Then there's services, which are probably best handled by using longer time-shares, since most of them are IO bound anyway, and if all the users are on the other side of a slow network anyway, bandwidth is more important than latency, at least most of the time. So the target here would be to attempt to keep all services in IO wait as much as possible. I guess these can be statically detected, either by having support for "services" like in Windows, or just by having them tell "hey, I'm a server, gimme service-scheduling." Heuristics like "doesn't have windows on screen, and listens to network connections" would also probably work..

Batch jobs you could handle by having just a few of them compete for CPU time at the same time, and they should probably only run when everything else is idle (or at least get only a little CPU if we're running at 100%). I think this is kinda like services: either the process or the user should tell that it's a batch job. These could have a priority system completely separate from scheduling priorities: just select in which order they should be started.

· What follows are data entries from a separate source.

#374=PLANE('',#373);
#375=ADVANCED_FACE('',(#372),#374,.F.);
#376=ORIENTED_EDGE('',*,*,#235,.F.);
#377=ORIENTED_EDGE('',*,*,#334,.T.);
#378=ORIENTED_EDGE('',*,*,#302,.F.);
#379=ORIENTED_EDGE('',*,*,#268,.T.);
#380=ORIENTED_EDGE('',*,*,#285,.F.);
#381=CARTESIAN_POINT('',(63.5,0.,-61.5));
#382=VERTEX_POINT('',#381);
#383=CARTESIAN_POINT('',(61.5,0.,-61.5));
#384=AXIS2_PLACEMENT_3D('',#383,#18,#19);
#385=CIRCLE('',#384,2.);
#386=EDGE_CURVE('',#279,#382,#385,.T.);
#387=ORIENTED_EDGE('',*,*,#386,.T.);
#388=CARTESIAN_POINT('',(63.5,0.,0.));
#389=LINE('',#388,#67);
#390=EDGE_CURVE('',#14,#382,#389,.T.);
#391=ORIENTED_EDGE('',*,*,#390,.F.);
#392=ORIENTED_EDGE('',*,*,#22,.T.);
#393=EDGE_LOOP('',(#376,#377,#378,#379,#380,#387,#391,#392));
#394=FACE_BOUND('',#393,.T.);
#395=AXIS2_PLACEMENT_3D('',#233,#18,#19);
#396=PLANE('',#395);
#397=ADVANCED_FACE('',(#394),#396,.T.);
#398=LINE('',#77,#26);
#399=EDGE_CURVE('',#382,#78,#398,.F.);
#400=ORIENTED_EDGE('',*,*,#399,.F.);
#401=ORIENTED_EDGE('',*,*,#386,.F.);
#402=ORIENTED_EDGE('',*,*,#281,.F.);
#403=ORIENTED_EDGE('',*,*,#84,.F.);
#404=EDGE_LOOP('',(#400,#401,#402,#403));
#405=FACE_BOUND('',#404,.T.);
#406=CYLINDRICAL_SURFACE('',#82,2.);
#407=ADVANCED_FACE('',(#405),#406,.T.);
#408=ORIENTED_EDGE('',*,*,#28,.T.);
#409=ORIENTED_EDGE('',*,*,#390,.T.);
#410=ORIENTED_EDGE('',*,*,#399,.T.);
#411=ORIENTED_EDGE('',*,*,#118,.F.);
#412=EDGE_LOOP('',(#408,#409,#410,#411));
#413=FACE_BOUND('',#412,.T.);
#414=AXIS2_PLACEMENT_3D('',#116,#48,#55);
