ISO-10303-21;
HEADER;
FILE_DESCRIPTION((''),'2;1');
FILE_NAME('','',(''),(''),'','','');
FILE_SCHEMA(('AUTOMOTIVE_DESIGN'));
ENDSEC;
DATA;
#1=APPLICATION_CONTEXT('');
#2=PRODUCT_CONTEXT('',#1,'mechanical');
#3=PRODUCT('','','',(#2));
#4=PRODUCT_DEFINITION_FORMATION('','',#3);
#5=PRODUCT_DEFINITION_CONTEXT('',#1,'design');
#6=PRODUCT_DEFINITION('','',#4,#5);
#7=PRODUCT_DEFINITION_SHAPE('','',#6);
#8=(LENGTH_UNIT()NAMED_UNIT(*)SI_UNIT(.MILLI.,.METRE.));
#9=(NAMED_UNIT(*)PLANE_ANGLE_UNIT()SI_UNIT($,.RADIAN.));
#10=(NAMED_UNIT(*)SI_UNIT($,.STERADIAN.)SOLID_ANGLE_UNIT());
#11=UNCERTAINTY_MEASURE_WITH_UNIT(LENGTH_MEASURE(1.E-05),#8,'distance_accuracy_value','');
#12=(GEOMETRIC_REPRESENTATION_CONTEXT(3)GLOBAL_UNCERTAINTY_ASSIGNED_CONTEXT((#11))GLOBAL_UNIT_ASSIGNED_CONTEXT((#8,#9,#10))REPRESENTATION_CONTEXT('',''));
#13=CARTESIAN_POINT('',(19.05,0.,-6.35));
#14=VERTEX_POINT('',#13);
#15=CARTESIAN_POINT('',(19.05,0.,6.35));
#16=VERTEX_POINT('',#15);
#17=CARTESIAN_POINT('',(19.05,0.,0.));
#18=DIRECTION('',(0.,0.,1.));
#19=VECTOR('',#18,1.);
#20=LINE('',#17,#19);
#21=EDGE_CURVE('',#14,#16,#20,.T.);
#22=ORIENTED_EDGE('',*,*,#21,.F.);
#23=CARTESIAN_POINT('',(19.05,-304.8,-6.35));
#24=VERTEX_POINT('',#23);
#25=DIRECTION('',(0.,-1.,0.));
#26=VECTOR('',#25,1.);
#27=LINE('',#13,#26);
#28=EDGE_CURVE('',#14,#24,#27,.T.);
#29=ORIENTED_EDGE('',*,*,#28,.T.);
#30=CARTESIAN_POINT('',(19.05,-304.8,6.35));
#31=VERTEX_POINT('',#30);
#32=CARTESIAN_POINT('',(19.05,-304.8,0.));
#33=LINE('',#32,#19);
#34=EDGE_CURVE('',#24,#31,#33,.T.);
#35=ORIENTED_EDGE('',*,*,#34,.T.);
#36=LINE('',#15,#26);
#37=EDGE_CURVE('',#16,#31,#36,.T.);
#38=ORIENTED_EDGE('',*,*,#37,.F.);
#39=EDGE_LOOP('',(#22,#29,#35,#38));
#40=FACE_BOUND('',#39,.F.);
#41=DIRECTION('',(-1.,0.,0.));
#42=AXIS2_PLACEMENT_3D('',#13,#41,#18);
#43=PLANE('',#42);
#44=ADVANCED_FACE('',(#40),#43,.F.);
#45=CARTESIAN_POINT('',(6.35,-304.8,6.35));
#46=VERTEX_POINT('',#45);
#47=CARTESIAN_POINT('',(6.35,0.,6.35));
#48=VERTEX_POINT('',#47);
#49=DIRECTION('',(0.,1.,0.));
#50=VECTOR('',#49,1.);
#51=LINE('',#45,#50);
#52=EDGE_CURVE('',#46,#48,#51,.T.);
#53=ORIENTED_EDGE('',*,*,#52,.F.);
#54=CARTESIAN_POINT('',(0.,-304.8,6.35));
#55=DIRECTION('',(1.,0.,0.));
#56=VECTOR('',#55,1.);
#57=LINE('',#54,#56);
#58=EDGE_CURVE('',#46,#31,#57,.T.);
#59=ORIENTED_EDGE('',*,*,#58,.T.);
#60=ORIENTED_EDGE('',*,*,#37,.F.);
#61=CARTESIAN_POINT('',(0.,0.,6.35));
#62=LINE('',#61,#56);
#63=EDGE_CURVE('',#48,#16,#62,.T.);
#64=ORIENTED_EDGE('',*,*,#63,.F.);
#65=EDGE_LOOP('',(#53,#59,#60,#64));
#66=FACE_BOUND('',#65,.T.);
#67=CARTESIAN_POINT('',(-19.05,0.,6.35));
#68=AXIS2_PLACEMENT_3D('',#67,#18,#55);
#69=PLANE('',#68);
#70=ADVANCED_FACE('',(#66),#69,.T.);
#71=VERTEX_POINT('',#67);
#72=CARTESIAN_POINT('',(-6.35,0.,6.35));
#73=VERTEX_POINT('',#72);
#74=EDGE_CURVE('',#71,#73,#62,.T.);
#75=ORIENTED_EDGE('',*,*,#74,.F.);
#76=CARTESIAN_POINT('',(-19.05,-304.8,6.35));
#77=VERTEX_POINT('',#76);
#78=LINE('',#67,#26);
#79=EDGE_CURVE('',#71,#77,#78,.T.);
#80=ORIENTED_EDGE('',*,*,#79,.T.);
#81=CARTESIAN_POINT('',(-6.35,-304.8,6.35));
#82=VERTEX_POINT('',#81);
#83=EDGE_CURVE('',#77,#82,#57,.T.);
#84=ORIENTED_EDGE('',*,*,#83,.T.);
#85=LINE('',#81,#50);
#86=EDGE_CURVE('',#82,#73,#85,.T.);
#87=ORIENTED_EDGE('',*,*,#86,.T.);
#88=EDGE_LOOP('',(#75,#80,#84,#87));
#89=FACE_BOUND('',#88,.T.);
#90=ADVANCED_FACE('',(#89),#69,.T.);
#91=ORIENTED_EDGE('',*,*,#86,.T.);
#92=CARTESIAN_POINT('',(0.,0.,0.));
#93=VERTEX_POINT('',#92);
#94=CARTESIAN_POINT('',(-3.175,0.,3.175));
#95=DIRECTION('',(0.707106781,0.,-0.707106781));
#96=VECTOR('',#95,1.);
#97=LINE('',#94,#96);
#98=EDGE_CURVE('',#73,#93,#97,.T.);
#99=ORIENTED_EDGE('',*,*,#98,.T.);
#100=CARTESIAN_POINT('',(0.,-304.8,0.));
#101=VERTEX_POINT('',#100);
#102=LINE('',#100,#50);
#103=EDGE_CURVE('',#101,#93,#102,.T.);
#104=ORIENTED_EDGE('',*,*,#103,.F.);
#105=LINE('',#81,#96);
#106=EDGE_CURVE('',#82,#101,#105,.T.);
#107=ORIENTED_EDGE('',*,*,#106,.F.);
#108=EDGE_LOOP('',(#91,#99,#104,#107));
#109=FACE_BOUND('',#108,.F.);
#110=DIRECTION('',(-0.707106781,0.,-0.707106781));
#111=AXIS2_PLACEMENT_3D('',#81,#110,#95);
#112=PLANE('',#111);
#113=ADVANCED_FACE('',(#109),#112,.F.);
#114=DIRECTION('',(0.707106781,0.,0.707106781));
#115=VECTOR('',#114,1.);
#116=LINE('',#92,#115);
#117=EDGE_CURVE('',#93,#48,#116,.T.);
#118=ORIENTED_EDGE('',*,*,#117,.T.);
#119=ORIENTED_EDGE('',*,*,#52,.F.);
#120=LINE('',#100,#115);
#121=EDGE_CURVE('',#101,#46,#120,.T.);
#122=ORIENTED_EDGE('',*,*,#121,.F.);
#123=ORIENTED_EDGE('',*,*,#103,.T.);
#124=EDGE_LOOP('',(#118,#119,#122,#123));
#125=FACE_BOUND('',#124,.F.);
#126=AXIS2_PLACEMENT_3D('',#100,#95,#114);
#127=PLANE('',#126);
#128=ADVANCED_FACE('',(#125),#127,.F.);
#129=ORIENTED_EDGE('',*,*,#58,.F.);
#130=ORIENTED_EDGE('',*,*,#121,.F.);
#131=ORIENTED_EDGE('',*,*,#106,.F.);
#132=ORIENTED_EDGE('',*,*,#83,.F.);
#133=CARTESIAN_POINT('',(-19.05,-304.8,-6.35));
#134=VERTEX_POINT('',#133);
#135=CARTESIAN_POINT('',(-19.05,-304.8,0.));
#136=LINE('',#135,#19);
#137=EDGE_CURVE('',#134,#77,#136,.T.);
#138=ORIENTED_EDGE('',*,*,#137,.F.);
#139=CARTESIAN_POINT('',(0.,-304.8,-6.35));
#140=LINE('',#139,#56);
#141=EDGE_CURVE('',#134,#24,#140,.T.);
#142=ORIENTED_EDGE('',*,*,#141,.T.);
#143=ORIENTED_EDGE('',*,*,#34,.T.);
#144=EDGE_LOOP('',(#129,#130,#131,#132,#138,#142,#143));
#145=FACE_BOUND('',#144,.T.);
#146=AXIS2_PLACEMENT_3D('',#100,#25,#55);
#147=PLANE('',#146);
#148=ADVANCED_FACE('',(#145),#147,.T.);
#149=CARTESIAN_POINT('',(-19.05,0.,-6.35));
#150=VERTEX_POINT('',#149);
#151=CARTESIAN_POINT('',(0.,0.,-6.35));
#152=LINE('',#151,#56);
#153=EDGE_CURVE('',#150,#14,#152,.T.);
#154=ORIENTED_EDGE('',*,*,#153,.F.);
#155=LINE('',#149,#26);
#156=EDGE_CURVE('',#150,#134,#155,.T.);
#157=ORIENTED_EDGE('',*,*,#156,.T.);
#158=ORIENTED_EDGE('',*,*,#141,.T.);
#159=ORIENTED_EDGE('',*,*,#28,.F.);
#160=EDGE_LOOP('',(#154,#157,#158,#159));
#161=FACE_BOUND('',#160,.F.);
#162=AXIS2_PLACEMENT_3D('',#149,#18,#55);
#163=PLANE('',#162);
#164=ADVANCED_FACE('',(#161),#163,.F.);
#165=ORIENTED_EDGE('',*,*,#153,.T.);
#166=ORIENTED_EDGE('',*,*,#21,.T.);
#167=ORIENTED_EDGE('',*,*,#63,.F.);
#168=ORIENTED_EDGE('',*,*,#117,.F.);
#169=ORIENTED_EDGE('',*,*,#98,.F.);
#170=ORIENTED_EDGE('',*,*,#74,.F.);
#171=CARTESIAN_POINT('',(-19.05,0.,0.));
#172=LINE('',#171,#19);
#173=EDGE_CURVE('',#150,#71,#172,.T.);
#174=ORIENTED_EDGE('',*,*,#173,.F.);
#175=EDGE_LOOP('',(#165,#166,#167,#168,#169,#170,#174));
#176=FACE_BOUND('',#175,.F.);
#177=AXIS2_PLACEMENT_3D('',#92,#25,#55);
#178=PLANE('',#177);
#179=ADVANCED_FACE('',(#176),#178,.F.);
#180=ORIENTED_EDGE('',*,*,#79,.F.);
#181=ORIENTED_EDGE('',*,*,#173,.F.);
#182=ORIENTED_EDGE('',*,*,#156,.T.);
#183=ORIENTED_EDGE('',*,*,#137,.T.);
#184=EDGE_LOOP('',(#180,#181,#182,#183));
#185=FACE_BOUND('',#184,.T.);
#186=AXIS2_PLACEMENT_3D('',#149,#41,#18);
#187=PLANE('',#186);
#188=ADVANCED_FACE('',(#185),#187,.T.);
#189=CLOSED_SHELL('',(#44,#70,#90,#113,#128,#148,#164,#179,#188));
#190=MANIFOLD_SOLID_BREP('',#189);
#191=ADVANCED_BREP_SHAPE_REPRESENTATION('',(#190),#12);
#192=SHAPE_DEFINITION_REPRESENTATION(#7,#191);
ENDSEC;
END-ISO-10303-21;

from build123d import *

# Parameters (mm, degrees)
F0_W     = 38.1
F0_H     = 12.7
F1_DEPTH = 304.8
F3_DEPTH = 304.801


with BuildPart() as f1:
    # F0 (on Front) → F1 (new body)
    with BuildSketch(Plane.XZ):
        Rectangle(F0_W, F0_H)
    extrude(amount=F1_DEPTH)

    # F2 (on face) → F3 (cut, through all)
    with BuildSketch(Plane.XZ.offset(304.8)):
        Polygon((-6.35, 6.35), (0, 0), (6.35, 6.35), align=None)
    extrude(amount=-F3_DEPTH, mode=Mode.SUBTRACT)


solid = f1.part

I'm also going to claim that if you want to give a batch process more priority than an interactive (or even service) then it's probably not a true batch process.

Now the most interesting problem I find is how to automatically figure out what processes need real-time scheduling, and what processes would prefer interactive scheduling. You could have a "hard" real-time class which is set by a user (or the process) explicitly, but you might want to detect stuff like animations and audio automatically, and schedule those as "soft" (as in, prefer the explicit "hard" realtimes over "soft, but "soft" over "interactive") but otherwise using real-time rules, while giving interactives varying timeshares under the "soft" class. If a "soft" class process attempts to use 100% CPU, it's doing more than the real-time stuff and should be demoted to interactive, ofcourse.

For autodetecting I can think of the following scheme for dealing with multi-media: provide a feedback-path from audio/video drivers to scheduler. Then if a program opens audio-driver, give it "soft" class, unless it seems like it's going to miss audio buffers all the time anyway. With video it's more complicated but detecting heavy amounts of periodic redraw would give a good indication of animation, which should be given "soft" class as well. Ofcourse this kind of categorization must be done on the fly, such that a program drops back to normal interactive after it stops doing animation.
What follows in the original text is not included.